(DATA EXTRACTS Opens)

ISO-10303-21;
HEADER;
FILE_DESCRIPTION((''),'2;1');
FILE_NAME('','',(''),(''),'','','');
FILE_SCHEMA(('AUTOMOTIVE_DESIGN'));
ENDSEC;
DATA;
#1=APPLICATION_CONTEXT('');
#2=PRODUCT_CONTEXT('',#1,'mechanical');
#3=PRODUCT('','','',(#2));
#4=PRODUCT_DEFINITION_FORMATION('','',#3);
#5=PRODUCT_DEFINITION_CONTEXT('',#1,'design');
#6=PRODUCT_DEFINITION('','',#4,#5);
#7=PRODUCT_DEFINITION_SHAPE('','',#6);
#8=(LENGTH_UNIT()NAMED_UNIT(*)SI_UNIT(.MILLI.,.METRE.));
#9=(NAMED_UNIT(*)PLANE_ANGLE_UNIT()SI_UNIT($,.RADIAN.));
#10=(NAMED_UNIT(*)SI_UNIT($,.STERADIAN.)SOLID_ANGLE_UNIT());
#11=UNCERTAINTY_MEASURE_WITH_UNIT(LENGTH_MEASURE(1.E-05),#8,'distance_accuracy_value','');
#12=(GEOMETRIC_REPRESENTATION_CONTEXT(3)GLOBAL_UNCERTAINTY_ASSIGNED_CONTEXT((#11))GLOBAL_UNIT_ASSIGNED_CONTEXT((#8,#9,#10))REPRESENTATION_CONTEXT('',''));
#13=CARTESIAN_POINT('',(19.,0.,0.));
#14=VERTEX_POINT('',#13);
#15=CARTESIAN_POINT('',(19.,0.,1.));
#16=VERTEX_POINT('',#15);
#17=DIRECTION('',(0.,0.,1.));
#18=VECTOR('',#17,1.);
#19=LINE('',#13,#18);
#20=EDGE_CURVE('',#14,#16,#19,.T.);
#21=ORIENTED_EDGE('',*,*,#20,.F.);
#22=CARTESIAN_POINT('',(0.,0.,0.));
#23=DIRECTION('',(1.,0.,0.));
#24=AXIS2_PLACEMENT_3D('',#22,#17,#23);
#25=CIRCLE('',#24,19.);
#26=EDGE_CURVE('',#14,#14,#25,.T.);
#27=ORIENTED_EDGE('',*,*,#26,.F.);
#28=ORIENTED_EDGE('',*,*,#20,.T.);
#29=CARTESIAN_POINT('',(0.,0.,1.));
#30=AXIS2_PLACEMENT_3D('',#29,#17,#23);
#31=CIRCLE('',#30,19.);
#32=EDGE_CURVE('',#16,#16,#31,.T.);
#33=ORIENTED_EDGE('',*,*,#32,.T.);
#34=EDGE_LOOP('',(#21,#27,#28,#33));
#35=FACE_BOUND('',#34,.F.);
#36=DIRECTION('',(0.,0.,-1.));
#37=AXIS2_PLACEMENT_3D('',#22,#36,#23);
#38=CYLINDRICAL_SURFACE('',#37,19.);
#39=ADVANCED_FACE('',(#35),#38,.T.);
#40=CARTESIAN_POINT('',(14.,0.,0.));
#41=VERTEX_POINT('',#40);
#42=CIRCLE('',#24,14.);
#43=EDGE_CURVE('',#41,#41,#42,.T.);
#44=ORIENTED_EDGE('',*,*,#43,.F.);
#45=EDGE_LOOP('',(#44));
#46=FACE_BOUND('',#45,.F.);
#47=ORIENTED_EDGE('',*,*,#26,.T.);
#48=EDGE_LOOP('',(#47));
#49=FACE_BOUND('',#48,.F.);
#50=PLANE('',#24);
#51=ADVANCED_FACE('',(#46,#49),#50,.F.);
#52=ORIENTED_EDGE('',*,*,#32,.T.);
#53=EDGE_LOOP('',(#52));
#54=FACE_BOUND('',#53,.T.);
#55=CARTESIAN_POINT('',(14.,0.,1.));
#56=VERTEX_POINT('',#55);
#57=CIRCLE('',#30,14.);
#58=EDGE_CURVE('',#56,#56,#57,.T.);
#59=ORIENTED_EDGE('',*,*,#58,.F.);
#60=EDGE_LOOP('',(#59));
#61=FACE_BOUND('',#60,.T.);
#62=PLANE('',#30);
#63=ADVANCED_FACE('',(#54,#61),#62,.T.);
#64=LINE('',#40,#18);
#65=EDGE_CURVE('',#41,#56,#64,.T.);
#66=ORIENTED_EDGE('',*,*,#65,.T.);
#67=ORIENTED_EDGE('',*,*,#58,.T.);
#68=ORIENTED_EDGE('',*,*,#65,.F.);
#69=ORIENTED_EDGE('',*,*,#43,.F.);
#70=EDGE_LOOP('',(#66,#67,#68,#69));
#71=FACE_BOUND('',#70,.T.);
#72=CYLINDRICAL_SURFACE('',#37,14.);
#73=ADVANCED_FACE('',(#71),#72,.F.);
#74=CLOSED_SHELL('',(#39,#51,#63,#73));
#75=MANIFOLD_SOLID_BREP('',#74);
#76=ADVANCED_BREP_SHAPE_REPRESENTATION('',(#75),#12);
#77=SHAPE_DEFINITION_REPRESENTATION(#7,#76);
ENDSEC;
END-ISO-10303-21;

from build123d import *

# Parameters (mm, degrees)
SKETCH_R   = 19
SKETCH_R_2 = 14
PAD_DEPTH  = 1


with BuildPart() as part:
    # Sketch → Pad (new body)
    with BuildSketch(Plane.XY):
        Circle(SKETCH_R)
        Circle(SKETCH_R_2, mode=Mode.SUBTRACT)
    extrude(amount=PAD_DEPTH)


solid = part.part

(DATA EXTRACTS Closes)

_PROBLEM REQUIREMENTS_
Give back the entries above exactly as they are, from their first line through the line that contains "#55=CARTESIAN_POINT('',(14.,0.,1.));", both included, with nothing else.

_RESPONSE_
ISO-10303-21;
HEADER;
FILE_DESCRIPTION((''),'2;1');
FILE_NAME('','',(''),(''),'','','');
FILE_SCHEMA(('AUTOMOTIVE_DESIGN'));
ENDSEC;
DATA;
#1=APPLICATION_CONTEXT('');
#2=PRODUCT_CONTEXT('',#1,'mechanical');
#3=PRODUCT('','','',(#2));
#4=PRODUCT_DEFINITION_FORMATION('','',#3);
#5=PRODUCT_DEFINITION_CONTEXT('',#1,'design');
#6=PRODUCT_DEFINITION('','',#4,#5);
#7=PRODUCT_DEFINITION_SHAPE('','',#6);
#8=(LENGTH_UNIT()NAMED_UNIT(*)SI_UNIT(.MILLI.,.METRE.));
#9=(NAMED_UNIT(*)PLANE_ANGLE_UNIT()SI_UNIT($,.RADIAN.));
#10=(NAMED_UNIT(*)SI_UNIT($,.STERADIAN.)SOLID_ANGLE_UNIT());
#11=UNCERTAINTY_MEASURE_WITH_UNIT(LENGTH_MEASURE(1.E-05),#8,'distance_accuracy_value','');
#12=(GEOMETRIC_REPRESENTATION_CONTEXT(3)GLOBAL_UNCERTAINTY_ASSIGNED_CONTEXT((#11))GLOBAL_UNIT_ASSIGNED_CONTEXT((#8,#9,#10))REPRESENTATION_CONTEXT('',''));
#13=CARTESIAN_POINT('',(19.,0.,0.));
#14=VERTEX_POINT('',#13);
#15=CARTESIAN_POINT('',(19.,0.,1.));
#16=VERTEX_POINT('',#15);
#17=DIRECTION('',(0.,0.,1.));
#18=VECTOR('',#17,1.);
#19=LINE('',#13,#18);
#20=EDGE_CURVE('',#14,#16,#19,.T.);
#21=ORIENTED_EDGE('',*,*,#20,.F.);
#22=CARTESIAN_POINT('',(0.,0.,0.));
#23=DIRECTION('',(1.,0.,0.));
#24=AXIS2_PLACEMENT_3D('',#22,#17,#23);
#25=CIRCLE('',#24,19.);
#26=EDGE_CURVE('',#14,#14,#25,.T.);
#27=ORIENTED_EDGE('',*,*,#26,.F.);
#28=ORIENTED_EDGE('',*,*,#20,.T.);
#29=CARTESIAN_POINT('',(0.,0.,1.));
#30=AXIS2_PLACEMENT_3D('',#29,#17,#23);
#31=CIRCLE('',#30,19.);
#32=EDGE_CURVE('',#16,#16,#31,.T.);
#33=ORIENTED_EDGE('',*,*,#32,.T.);
#34=EDGE_LOOP('',(#21,#27,#28,#33));
#35=FACE_BOUND('',#34,.F.);
#36=DIRECTION('',(0.,0.,-1.));
#37=AXIS2_PLACEMENT_3D('',#22,#36,#23);
#38=CYLINDRICAL_SURFACE('',#37,19.);
#39=ADVANCED_FACE('',(#35),#38,.T.);
#40=CARTESIAN_POINT('',(14.,0.,0.));
#41=VERTEX_POINT('',#40);
#42=CIRCLE('',#24,14.);
#43=EDGE_CURVE('',#41,#41,#42,.T.);
#44=ORIENTED_EDGE('',*,*,#43,.F.);
#45=EDGE_LOOP('',(#44));
#46=FACE_BOUND('',#45,.F.);
#47=ORIENTED_EDGE('',*,*,#26,.T.);
#48=EDGE_LOOP('',(#47));
#49=FACE_BOUND('',#48,.F.);
#50=PLANE('',#24);
#51=ADVANCED_FACE('',(#46,#49),#50,.F.);
#52=ORIENTED_EDGE('',*,*,#32,.T.);
#53=EDGE_LOOP('',(#52));
#54=FACE_BOUND('',#53,.T.);
#55=CARTESIAN_POINT('',(14.,0.,1.));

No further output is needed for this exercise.